Required action:
Where in the records does the word "Locations" appear? Copy each line that holds it.
□ □ □
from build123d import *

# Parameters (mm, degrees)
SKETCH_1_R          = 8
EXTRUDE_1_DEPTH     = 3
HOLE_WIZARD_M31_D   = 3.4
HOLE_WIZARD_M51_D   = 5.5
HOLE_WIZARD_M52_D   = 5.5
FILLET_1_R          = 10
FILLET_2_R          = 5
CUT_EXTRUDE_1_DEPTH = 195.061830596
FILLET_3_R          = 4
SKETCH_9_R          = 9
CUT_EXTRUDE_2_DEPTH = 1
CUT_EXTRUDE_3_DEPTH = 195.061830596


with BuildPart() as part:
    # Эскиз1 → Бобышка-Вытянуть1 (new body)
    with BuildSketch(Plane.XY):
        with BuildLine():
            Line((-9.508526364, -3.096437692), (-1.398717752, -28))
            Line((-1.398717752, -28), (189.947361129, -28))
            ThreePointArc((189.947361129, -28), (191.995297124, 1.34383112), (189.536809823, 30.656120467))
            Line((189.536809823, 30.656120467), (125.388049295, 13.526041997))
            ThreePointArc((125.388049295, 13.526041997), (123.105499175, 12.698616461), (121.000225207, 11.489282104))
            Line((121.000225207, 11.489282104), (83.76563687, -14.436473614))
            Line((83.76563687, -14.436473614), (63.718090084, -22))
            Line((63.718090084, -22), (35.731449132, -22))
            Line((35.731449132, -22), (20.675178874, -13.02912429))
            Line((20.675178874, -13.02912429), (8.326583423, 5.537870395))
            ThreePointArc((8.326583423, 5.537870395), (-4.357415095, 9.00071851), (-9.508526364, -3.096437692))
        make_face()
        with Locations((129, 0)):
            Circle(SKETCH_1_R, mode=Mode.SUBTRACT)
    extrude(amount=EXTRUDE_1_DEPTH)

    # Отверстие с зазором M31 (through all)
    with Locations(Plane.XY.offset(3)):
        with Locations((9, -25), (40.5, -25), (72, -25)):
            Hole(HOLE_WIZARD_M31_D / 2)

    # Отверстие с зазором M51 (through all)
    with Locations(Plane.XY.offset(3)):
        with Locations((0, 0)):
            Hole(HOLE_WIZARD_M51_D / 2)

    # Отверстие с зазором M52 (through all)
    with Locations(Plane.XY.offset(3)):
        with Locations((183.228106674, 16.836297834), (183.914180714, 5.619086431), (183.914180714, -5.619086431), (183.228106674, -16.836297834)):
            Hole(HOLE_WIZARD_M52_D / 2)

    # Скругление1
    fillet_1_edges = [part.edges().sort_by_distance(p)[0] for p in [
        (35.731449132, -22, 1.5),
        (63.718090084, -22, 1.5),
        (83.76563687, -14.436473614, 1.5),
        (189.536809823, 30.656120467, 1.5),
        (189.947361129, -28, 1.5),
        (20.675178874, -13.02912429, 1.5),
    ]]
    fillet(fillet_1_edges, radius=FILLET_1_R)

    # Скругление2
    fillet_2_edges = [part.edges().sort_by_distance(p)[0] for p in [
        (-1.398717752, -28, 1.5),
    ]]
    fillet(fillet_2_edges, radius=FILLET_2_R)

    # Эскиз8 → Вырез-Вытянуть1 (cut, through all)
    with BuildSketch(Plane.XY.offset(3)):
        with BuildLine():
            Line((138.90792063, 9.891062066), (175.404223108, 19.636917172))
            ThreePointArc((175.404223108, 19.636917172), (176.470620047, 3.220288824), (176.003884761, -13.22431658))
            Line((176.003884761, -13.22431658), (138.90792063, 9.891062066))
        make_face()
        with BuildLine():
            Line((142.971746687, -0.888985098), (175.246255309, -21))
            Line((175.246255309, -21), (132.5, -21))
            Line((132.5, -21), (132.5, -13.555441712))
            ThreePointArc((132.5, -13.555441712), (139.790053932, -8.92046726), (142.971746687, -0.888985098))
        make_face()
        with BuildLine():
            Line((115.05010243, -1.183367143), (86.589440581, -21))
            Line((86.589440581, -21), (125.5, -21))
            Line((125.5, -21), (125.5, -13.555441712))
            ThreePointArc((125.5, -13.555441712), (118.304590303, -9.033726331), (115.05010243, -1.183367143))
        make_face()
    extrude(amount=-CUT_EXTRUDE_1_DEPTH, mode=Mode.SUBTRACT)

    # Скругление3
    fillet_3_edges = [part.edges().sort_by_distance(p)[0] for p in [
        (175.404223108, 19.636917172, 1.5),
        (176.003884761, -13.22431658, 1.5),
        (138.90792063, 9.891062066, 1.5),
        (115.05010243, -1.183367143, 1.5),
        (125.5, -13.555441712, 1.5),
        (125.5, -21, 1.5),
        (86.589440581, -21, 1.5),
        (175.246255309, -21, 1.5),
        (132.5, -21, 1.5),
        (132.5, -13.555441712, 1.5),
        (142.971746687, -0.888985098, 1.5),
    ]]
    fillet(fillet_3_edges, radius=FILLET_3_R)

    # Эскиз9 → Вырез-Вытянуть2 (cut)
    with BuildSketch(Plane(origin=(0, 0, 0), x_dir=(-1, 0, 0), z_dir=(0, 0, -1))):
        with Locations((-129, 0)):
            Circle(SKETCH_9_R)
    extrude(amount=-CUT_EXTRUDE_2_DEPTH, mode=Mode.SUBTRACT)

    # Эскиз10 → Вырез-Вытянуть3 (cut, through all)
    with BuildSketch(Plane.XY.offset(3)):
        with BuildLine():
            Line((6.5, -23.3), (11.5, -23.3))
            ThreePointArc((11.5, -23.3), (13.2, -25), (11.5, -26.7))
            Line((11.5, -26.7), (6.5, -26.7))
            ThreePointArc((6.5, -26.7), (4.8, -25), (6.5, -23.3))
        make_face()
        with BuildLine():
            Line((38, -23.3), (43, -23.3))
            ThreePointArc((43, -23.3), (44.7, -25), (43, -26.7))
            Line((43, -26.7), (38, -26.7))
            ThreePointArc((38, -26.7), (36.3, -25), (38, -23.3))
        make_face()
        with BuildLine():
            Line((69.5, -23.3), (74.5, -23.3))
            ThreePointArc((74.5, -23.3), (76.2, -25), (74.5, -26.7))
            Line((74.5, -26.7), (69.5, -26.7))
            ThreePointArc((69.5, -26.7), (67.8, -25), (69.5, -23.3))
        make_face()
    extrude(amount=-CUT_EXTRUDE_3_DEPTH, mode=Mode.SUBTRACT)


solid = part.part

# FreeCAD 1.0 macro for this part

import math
import FreeCAD as App
import Part
import Sketcher

V = App.Vector


def edges_at(feature, points):
    """Names of the edges that pass closest to the given points."""
    edges = feature.Shape.Edges
    near = lambda p: min(range(len(edges)), key=lambda i: edges[i].distToShape(Part.Vertex(*p))[0])
    return sorted({f"Edge{near(p) + 1}" for p in points})

doc = App.newDocument("Part")
params = doc.addObject("Spreadsheet::Sheet", "Params")
for row, (alias, value) in enumerate([
    ("sketch1_diameter", "16 mm"),
    ("sketch1_radius", "192 mm"),
    ("sketch1_radius2", "14 mm"),
    ("sketch1_radius3", "10 mm"),
    ("pad1_length", "3 mm"),
    ("sketch2_diameter", "3.4 mm"),
    ("hole_diameter", "3.4 mm"),
    ("sketch3_diameter", "5.5 mm"),
    ("hole2_diameter", "5.5 mm"),
    ("sketch4_diameter", "5.5 mm"),
    ("hole3_diameter", "5.5 mm"),
    ("fillet_radius", "10 mm"),
    ("fillet2_radius", "5 mm"),
    ("sketch5_radius", "14 mm"),
    ("sketch5_radius2", "176.5 mm"),
    ("fillet3_radius", "4 mm"),
    ("sketch6_diameter", "18 mm"),
    ("pocket2_length", "1 mm"),
    ("sketch7_radius", "1.7 mm"),
    ("sketch7_width", "5 mm"),
], start=1):
    params.set(f"A{row}", alias)
    params.set(f"B{row}", "=" + value)
    params.setAlias(f"B{row}", alias)

body = doc.addObject("PartDesign::Body", "Body")

# Sketch on XY plane
sketch1 = body.newObject("Sketcher::SketchObject", "Sketch")
sketch1.AttachmentSupport = (doc.getObject("XY_Plane"), [""])
sketch1.MapMode = "FlatFace"
sketch1.addGeometry([
    Part.LineSegment(V(-9.508526, -3.096438, 0), V(-1.398718, -28, 0)),  # 0
    Part.LineSegment(V(-1.398718, -28, 0), V(189.947361, -28, 0)),  # 1
    Part.ArcOfCircle(Part.Circle(V(0, 0, 0), V(0, 0, 1), 192), math.radians(-8.385539), math.radians(9.187585)),  # 2
    Part.LineSegment(V(189.53681, 30.65612, 0), V(125.388049, 13.526042, 0)),  # 3
    Part.ArcOfCircle(Part.Circle(V(129, 0, 0), V(0, 0, 1), 14), math.radians(104.951213), math.radians(124.848781)),  # 4
    Part.LineSegment(V(121.000225, 11.489282, 0), V(83.765637, -14.436474, 0)),  # 5
    Part.LineSegment(V(83.765637, -14.436474, 0), V(63.71809, -22, 0)),  # 6
    Part.LineSegment(V(63.71809, -22, 0), V(35.731449, -22, 0)),  # 7
    Part.LineSegment(V(35.731449, -22, 0), V(20.675179, -13.029124, 0)),  # 8
    Part.LineSegment(V(20.675179, -13.029124, 0), V(8.326583, 5.53787, 0)),  # 9
    Part.ArcOfCircle(Part.Circle(V(0, 0, 0), V(0, 0, 1), 10), math.radians(33.62721), math.radians(198.037764)),  # 10
    Part.Circle(V(129, 0, 0), V(0, 0, 1), 8),  # 11
], False)
sketch1.addConstraint([
    Sketcher.Constraint("Coincident", 0, 2, 1, 1),
    Sketcher.Constraint("Coincident", 1, 2, 2, 1),
    Sketcher.Constraint("Coincident", 2, 2, 3, 1),
    Sketcher.Constraint("Tangent", 3, 2, 4, 1),
    Sketcher.Constraint("Tangent", 4, 2, 5, 1),
    Sketcher.Constraint("Coincident", 5, 2, 6, 1),
    Sketcher.Constraint("Coincident", 6, 2, 7, 1),
    Sketcher.Constraint("Coincident", 7, 2, 8, 1),
    Sketcher.Constraint("Coincident", 8, 2, 9, 1),
    Sketcher.Constraint("Tangent", 9, 2, 10, 1),
    Sketcher.Constraint("Tangent", 10, 2, 0, 1),
    Sketcher.Constraint("Horizontal", 1),
    Sketcher.Constraint("Horizontal", 7),
    Sketcher.Constraint("Coincident", 2, 3, -1, 1),
    Sketcher.Constraint("Coincident", 10, 3, -1, 1),
    Sketcher.Constraint("Coincident", 11, 3, 4, 3),
    Sketcher.Constraint("PointOnObject", 4, 3, -1),
    Sketcher.Constraint("Diameter", 11, 16.0),
    Sketcher.Constraint("Radius", 2, 192.0),
    Sketcher.Constraint("Radius", 4, 14.0),
    Sketcher.Constraint("Radius", 10, 10.0),
    Sketcher.Constraint("DistanceX", -1, 1, 4, 3, 129.0),
    Sketcher.Constraint("DistanceY", 0, 2, -1, 1, 28.0),
    Sketcher.Constraint("DistanceY", 6, 2, -1, 1, 22.0),
    Sketcher.Constraint("DistanceX", 1, 1, 1, 2, 191.346079),
    Sketcher.Constraint("DistanceX", 7, 2, 7, 1, 27.986641),
    Sketcher.Constraint("DistanceX", 0, 2, 9, 2, 9.725301),
    Sketcher.Constraint("Distance", 3, 66.396559),
    Sketcher.Constraint("Distance", 5, 45.37135),
    Sketcher.Constraint("DistanceX", -1, 1, 6, 2, 63.71809),
    Sketcher.Constraint("DistanceX", -1, 1, 8, 2, 20.675179),
    Sketcher.Constraint("DistanceY", 4, 2, 3, 2, 2.03676),
])
sketch1.setExpression("Constraints[17]", "Params.sketch1_diameter")
sketch1.setExpression("Constraints[18]", "Params.sketch1_radius")
sketch1.setExpression("Constraints[19]", "Params.sketch1_radius2")
sketch1.setExpression("Constraints[20]", "Params.sketch1_radius3")
pad1 = body.newObject("PartDesign::Pad", "Pad")
pad1.Profile = sketch1
pad1.setExpression("Length", "Params.pad1_length")

# Sketch on XY plane
sketch2 = body.newObject("Sketcher::SketchObject", "Sketch001")
sketch2.AttachmentSupport = (doc.getObject("XY_Plane"), [""])
sketch2.MapMode = "FlatFace"
sketch2.AttachmentOffset = App.Placement(V(0, 0, 3), App.Rotation())
sketch2.addGeometry([
    Part.Circle(V(9, -25, 0), V(0, 0, 1), 1.7),
    Part.Circle(V(40.5, -25, 0), V(0, 0, 1), 1.7),
    Part.Circle(V(72, -25, 0), V(0, 0, 1), 1.7),
], False)
sketch2.addConstraint([
    Sketcher.Constraint("Equal", 0, 1),
    Sketcher.Constraint("Equal", 1, 2),
    Sketcher.Constraint("Horizontal", 0, 3, 1, 3),
    Sketcher.Constraint("Horizontal", 1, 3, 2, 3),
    Sketcher.Constraint("Diameter", 0, 3.4),
    Sketcher.Constraint("DistanceX", -1, 1, 0, 3, 9.0),
    Sketcher.Constraint("DistanceY", 0, 3, -1, 1, 25.0),
    Sketcher.Constraint("DistanceX", -1, 1, 2, 3, 72.0),
    Sketcher.Constraint("DistanceX", -1, 1, 1, 3, 40.5),
])
sketch2.setExpression("Constraints[4]", "Params.sketch2_diameter")
doc.recompute()
hole = body.newObject("PartDesign::Hole", "Hole")
hole.Profile = sketch2
hole.ThreadType = "None"
hole.setExpression("Diameter", "Params.hole_diameter")
hole.DepthType = "ThroughAll"

# Sketch on XY plane
sketch3 = body.newObject("Sketcher::SketchObject", "Sketch002")
sketch3.AttachmentSupport = (doc.getObject("XY_Plane"), [""])
sketch3.MapMode = "FlatFace"
sketch3.AttachmentOffset = App.Placement(V(0, 0, 3), App.Rotation())
sketch3.addGeometry(Part.Circle(V(0, 0, 0), V(0, 0, 1), 2.75), False)
sketch3.addConstraint([
    Sketcher.Constraint("Coincident", 0, 3, -1, 1),
    Sketcher.Constraint("Diameter", 0, 5.5),
])
sketch3.setExpression("Constraints[1]", "Params.sketch3_diameter")
doc.recompute()
hole2 = body.newObject("PartDesign::Hole", "Hole001")
hole2.Profile = sketch3
hole2.ThreadType = "None"
hole2.setExpression("Diameter", "Params.hole2_diameter")
hole2.DepthType = "ThroughAll"

# Sketch on XY plane
sketch4 = body.newObject("Sketcher::SketchObject", "Sketch003")
sketch4.AttachmentSupport = (doc.getObject("XY_Plane"), [""])
sketch4.MapMode = "FlatFace"
sketch4.AttachmentOffset = App.Placement(V(0, 0, 3), App.Rotation())
sketch4.addGeometry([
    Part.Circle(V(183.228107, 16.836298, 0), V(0, 0, 1), 2.75),
    Part.Circle(V(183.914181, 5.619086, 0), V(0, 0, 1), 2.75),
    Part.Circle(V(183.914181, -5.619086, 0), V(0, 0, 1), 2.75),
    Part.Circle(V(183.228107, -16.836298, 0), V(0, 0, 1), 2.75),
], False)
sketch4.addConstraint([
    Sketcher.Constraint("Equal", 0, 1),
    Sketcher.Constraint("Equal", 1, 2),
    Sketcher.Constraint("Equal", 2, 3),
    Sketcher.Constraint("Symmetric", 1, 3, 2, 3, -1),
    Sketcher.Constraint("Symmetric", 0, 3, 3, 3, -1),
    Sketcher.Constraint("Diameter", 0, 5.5),
    Sketcher.Constraint("DistanceX", -1, 1, 1, 3, 183.914181),
    Sketcher.Constraint("DistanceY", 1, 3, 0, 3, 11.217211),
    Sketcher.Constraint("DistanceX", -1, 1, 0, 3, 183.228107),
    Sketcher.Constraint("DistanceY", -1, 1, 0, 3, 16.836298),
])
sketch4.setExpression("Constraints[5]", "Params.sketch4_diameter")
doc.recompute()
hole3 = body.newObject("PartDesign::Hole", "Hole002")
hole3.Profile = sketch4
hole3.ThreadType = "None"
hole3.setExpression("Diameter", "Params.hole3_diameter")
hole3.DepthType = "ThroughAll"
doc.recompute()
□ □ □
Task result:
        with Locations((129, 0)):
    with Locations(Plane.XY.offset(3)):
        with Locations((9, -25), (40.5, -25), (72, -25)):
    with Locations(Plane.XY.offset(3)):
        with Locations((0, 0)):
    with Locations(Plane.XY.offset(3)):
        with Locations((183.228106674, 16.836297834), (183.914180714, 5.619086431), (183.914180714, -5.619086431), (183.228106674, -16.836297834)):
        with Locations((-129, 0)):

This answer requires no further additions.